Directions for this task → For the data below, give again exactly the lines from the one containing "#50=DIRECTION('',(-0.5,0.,0.866025404));" through the one containing "#59=DIRECTION('',(0.,0.,1.));", both ends included, and no others.

==== Supplied entries

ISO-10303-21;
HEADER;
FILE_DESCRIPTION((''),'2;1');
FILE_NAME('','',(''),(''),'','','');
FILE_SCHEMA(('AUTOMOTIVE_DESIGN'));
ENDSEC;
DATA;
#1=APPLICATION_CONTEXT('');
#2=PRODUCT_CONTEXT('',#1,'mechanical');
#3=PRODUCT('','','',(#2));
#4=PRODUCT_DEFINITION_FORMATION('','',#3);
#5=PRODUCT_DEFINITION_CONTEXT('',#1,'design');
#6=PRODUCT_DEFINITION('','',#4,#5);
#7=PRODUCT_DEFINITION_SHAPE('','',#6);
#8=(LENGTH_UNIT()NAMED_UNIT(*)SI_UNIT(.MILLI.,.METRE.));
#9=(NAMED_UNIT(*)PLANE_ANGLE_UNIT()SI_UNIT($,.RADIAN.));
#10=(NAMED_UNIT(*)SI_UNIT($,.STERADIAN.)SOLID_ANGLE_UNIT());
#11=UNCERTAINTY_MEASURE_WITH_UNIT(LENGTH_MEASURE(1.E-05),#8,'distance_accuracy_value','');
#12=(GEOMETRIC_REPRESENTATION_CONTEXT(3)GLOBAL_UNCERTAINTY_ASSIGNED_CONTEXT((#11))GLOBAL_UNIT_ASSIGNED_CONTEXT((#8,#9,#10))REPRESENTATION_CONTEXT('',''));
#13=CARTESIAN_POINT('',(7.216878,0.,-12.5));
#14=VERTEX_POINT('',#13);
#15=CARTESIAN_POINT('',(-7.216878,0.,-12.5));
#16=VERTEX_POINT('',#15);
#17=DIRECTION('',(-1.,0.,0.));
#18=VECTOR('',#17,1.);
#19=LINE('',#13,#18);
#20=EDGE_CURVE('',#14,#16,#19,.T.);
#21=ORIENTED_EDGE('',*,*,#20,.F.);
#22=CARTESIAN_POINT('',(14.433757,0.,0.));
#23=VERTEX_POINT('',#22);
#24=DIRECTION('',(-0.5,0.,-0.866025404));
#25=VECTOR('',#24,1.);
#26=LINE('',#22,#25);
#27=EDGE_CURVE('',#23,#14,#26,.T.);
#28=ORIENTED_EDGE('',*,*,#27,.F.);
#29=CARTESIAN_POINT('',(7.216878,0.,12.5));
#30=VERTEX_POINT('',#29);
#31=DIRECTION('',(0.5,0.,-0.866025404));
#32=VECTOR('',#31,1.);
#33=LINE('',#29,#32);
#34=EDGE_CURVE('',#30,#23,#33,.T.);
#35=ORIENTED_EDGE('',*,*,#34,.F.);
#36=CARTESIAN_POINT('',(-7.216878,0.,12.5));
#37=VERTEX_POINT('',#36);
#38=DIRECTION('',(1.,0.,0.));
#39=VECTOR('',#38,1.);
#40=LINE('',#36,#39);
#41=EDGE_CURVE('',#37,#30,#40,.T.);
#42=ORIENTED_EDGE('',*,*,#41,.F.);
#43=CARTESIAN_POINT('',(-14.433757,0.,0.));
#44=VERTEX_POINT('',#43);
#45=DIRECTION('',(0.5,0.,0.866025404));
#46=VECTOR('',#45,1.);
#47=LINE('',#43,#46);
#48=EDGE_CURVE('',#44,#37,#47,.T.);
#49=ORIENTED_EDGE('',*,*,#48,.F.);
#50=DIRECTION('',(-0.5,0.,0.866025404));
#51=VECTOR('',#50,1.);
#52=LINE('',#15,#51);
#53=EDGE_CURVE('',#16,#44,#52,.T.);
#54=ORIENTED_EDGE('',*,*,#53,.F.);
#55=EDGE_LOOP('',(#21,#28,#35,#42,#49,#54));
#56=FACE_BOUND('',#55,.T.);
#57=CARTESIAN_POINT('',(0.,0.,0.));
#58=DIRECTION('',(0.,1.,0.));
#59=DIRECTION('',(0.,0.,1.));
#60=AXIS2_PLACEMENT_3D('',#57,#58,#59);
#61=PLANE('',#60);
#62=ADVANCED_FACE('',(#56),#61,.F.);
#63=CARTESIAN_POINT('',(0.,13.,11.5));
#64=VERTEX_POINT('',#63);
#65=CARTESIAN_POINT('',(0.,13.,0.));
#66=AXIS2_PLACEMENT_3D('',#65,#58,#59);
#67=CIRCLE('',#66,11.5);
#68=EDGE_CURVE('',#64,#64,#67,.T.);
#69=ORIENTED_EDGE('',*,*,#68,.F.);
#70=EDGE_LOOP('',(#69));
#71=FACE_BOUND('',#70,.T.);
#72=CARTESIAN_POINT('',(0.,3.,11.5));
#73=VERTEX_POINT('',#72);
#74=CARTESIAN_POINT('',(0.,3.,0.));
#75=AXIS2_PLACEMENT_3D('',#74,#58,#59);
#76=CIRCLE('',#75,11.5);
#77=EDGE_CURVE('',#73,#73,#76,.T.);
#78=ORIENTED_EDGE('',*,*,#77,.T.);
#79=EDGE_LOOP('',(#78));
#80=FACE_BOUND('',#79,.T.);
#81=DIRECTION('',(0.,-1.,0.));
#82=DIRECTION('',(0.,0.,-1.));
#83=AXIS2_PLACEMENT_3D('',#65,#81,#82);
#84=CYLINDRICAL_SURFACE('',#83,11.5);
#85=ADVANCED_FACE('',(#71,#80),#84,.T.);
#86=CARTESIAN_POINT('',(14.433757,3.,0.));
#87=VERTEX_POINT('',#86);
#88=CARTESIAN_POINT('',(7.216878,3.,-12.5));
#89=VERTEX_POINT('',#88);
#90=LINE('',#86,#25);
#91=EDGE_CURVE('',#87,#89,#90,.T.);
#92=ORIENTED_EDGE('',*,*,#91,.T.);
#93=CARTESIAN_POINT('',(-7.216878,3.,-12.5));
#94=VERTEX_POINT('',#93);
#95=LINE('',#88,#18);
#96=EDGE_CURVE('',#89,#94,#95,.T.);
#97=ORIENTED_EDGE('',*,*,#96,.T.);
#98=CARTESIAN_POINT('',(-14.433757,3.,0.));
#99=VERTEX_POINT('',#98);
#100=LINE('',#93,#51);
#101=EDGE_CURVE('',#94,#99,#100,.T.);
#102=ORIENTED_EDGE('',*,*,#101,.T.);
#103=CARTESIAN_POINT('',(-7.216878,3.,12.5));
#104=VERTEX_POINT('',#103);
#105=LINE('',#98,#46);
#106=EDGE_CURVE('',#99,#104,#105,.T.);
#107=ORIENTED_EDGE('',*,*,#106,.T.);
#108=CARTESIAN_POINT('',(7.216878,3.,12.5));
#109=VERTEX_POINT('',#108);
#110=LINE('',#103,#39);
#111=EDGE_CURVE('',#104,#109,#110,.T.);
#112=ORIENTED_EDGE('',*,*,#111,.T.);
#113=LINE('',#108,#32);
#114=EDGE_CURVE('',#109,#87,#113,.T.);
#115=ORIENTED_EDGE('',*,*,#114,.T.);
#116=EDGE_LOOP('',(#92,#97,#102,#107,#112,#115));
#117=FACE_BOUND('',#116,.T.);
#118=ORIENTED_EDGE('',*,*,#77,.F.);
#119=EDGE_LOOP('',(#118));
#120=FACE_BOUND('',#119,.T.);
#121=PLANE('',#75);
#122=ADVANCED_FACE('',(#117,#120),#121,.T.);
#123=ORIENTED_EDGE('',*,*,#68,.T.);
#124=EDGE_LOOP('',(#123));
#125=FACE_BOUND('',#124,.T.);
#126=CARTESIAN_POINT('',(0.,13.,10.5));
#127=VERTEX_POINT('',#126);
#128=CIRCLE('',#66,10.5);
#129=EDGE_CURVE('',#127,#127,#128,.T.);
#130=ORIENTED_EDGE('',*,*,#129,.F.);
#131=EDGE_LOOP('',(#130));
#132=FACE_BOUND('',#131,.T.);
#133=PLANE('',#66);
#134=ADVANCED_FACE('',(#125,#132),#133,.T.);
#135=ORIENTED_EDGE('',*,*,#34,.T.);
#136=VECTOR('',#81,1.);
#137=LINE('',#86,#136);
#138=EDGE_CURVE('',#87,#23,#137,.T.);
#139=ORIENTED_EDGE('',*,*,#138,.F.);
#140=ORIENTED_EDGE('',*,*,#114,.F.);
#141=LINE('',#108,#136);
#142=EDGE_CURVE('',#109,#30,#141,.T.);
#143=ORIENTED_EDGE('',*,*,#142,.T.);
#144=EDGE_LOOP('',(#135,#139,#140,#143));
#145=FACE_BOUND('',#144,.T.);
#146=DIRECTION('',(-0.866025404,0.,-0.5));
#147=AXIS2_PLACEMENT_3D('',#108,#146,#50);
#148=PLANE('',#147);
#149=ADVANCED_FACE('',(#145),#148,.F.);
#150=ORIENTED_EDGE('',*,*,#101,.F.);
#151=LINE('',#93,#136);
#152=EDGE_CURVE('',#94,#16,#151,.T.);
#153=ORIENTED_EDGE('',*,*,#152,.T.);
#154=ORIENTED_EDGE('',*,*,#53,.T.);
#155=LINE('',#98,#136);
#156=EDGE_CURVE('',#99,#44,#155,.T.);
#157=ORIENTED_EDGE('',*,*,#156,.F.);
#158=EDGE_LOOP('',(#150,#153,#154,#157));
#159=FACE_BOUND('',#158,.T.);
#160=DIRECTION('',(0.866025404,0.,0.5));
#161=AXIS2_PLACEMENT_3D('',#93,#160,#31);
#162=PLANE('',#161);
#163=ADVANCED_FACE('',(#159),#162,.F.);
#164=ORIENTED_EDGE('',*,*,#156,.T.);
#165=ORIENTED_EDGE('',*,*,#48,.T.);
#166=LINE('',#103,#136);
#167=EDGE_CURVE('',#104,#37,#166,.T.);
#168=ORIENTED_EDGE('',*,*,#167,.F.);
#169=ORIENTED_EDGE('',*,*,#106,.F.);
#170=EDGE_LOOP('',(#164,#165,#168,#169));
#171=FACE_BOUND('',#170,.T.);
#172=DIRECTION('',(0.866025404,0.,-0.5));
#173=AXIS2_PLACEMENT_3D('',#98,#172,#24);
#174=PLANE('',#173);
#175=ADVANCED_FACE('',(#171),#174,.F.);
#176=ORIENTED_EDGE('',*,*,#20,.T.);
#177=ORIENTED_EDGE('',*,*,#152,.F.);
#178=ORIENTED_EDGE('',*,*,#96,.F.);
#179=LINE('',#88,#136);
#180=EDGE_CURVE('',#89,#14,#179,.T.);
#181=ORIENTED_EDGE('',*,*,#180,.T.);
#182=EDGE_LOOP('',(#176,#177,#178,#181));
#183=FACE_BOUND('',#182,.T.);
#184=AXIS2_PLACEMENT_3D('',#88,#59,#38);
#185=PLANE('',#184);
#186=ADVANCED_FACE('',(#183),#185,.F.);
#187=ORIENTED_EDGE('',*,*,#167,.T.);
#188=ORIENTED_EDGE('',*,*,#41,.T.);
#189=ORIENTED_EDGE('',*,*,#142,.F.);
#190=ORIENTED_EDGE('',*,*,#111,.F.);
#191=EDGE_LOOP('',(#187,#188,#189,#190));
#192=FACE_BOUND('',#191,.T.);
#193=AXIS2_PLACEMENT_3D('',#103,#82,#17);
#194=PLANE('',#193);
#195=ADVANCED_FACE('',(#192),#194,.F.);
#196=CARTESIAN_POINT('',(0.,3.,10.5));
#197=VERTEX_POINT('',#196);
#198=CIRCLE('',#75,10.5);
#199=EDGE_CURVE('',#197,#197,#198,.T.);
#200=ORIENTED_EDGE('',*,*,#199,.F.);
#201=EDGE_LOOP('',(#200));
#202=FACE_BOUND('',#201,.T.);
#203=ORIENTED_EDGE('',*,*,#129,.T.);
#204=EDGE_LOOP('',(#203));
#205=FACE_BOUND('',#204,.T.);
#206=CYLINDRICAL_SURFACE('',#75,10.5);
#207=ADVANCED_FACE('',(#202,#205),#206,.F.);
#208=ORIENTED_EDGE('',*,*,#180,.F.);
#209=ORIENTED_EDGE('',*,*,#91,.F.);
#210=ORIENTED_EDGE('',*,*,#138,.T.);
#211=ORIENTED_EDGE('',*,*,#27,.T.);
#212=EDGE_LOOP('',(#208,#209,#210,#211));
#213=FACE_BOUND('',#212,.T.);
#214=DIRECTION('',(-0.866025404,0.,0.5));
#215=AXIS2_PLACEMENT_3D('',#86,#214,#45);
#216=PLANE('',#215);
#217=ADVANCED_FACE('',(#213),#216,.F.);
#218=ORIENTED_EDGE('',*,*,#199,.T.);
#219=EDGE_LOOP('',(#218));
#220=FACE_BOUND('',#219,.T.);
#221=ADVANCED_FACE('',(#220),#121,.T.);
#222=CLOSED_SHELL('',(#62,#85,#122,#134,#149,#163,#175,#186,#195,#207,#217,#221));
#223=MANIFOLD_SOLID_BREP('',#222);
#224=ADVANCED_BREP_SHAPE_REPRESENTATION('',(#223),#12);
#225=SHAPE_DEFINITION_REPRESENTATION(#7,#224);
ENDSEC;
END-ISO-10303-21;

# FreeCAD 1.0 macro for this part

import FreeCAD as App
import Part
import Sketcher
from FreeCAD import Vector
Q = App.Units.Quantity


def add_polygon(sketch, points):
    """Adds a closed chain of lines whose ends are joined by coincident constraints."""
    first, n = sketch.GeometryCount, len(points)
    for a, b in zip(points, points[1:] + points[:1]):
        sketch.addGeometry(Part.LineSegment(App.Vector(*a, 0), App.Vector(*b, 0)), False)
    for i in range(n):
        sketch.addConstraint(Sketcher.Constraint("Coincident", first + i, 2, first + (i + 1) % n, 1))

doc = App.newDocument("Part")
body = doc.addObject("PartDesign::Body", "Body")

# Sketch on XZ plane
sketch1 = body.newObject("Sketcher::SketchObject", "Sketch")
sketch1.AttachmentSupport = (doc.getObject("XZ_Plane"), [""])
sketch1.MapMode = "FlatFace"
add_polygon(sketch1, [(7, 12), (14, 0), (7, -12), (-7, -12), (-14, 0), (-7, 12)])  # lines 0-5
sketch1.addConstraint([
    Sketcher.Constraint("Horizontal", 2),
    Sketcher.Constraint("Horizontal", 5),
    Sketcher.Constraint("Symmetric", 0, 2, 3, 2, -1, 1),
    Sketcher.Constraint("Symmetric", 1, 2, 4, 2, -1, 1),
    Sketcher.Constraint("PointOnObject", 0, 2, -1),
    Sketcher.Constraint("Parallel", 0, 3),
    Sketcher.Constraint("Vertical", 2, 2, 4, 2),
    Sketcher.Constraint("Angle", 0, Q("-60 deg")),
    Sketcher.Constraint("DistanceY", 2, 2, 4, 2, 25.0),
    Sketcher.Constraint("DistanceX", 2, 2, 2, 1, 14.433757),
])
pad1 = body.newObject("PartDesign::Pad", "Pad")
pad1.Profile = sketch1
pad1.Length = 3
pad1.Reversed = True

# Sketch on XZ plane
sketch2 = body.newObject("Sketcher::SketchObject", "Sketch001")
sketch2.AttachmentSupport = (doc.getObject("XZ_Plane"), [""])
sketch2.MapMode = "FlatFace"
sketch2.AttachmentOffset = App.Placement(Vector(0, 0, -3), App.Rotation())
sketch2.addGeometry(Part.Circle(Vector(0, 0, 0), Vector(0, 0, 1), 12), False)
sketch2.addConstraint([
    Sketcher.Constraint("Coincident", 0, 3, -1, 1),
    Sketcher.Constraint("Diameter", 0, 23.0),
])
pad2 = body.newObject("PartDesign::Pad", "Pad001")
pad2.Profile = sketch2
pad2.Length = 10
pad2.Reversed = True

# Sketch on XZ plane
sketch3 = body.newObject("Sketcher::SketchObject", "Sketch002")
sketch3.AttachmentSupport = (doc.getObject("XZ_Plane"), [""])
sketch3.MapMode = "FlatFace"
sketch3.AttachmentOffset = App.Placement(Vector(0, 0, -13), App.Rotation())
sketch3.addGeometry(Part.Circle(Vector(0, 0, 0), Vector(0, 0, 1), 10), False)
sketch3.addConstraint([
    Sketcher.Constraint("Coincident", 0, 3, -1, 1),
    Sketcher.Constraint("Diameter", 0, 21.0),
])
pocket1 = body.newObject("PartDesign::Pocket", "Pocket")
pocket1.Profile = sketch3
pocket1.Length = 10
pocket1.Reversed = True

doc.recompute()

========

Solution for this exercise →
#50=DIRECTION('',(-0.5,0.,0.866025404));
#51=VECTOR('',#50,1.);
#52=LINE('',#15,#51);
#53=EDGE_CURVE('',#16,#44,#52,.T.);
#54=ORIENTED_EDGE('',*,*,#53,.F.);
#55=EDGE_LOOP('',(#21,#28,#35,#42,#49,#54));
#56=FACE_BOUND('',#55,.T.);
#57=CARTESIAN_POINT('',(0.,0.,0.));
#58=DIRECTION('',(0.,1.,0.));
#59=DIRECTION('',(0.,0.,1.));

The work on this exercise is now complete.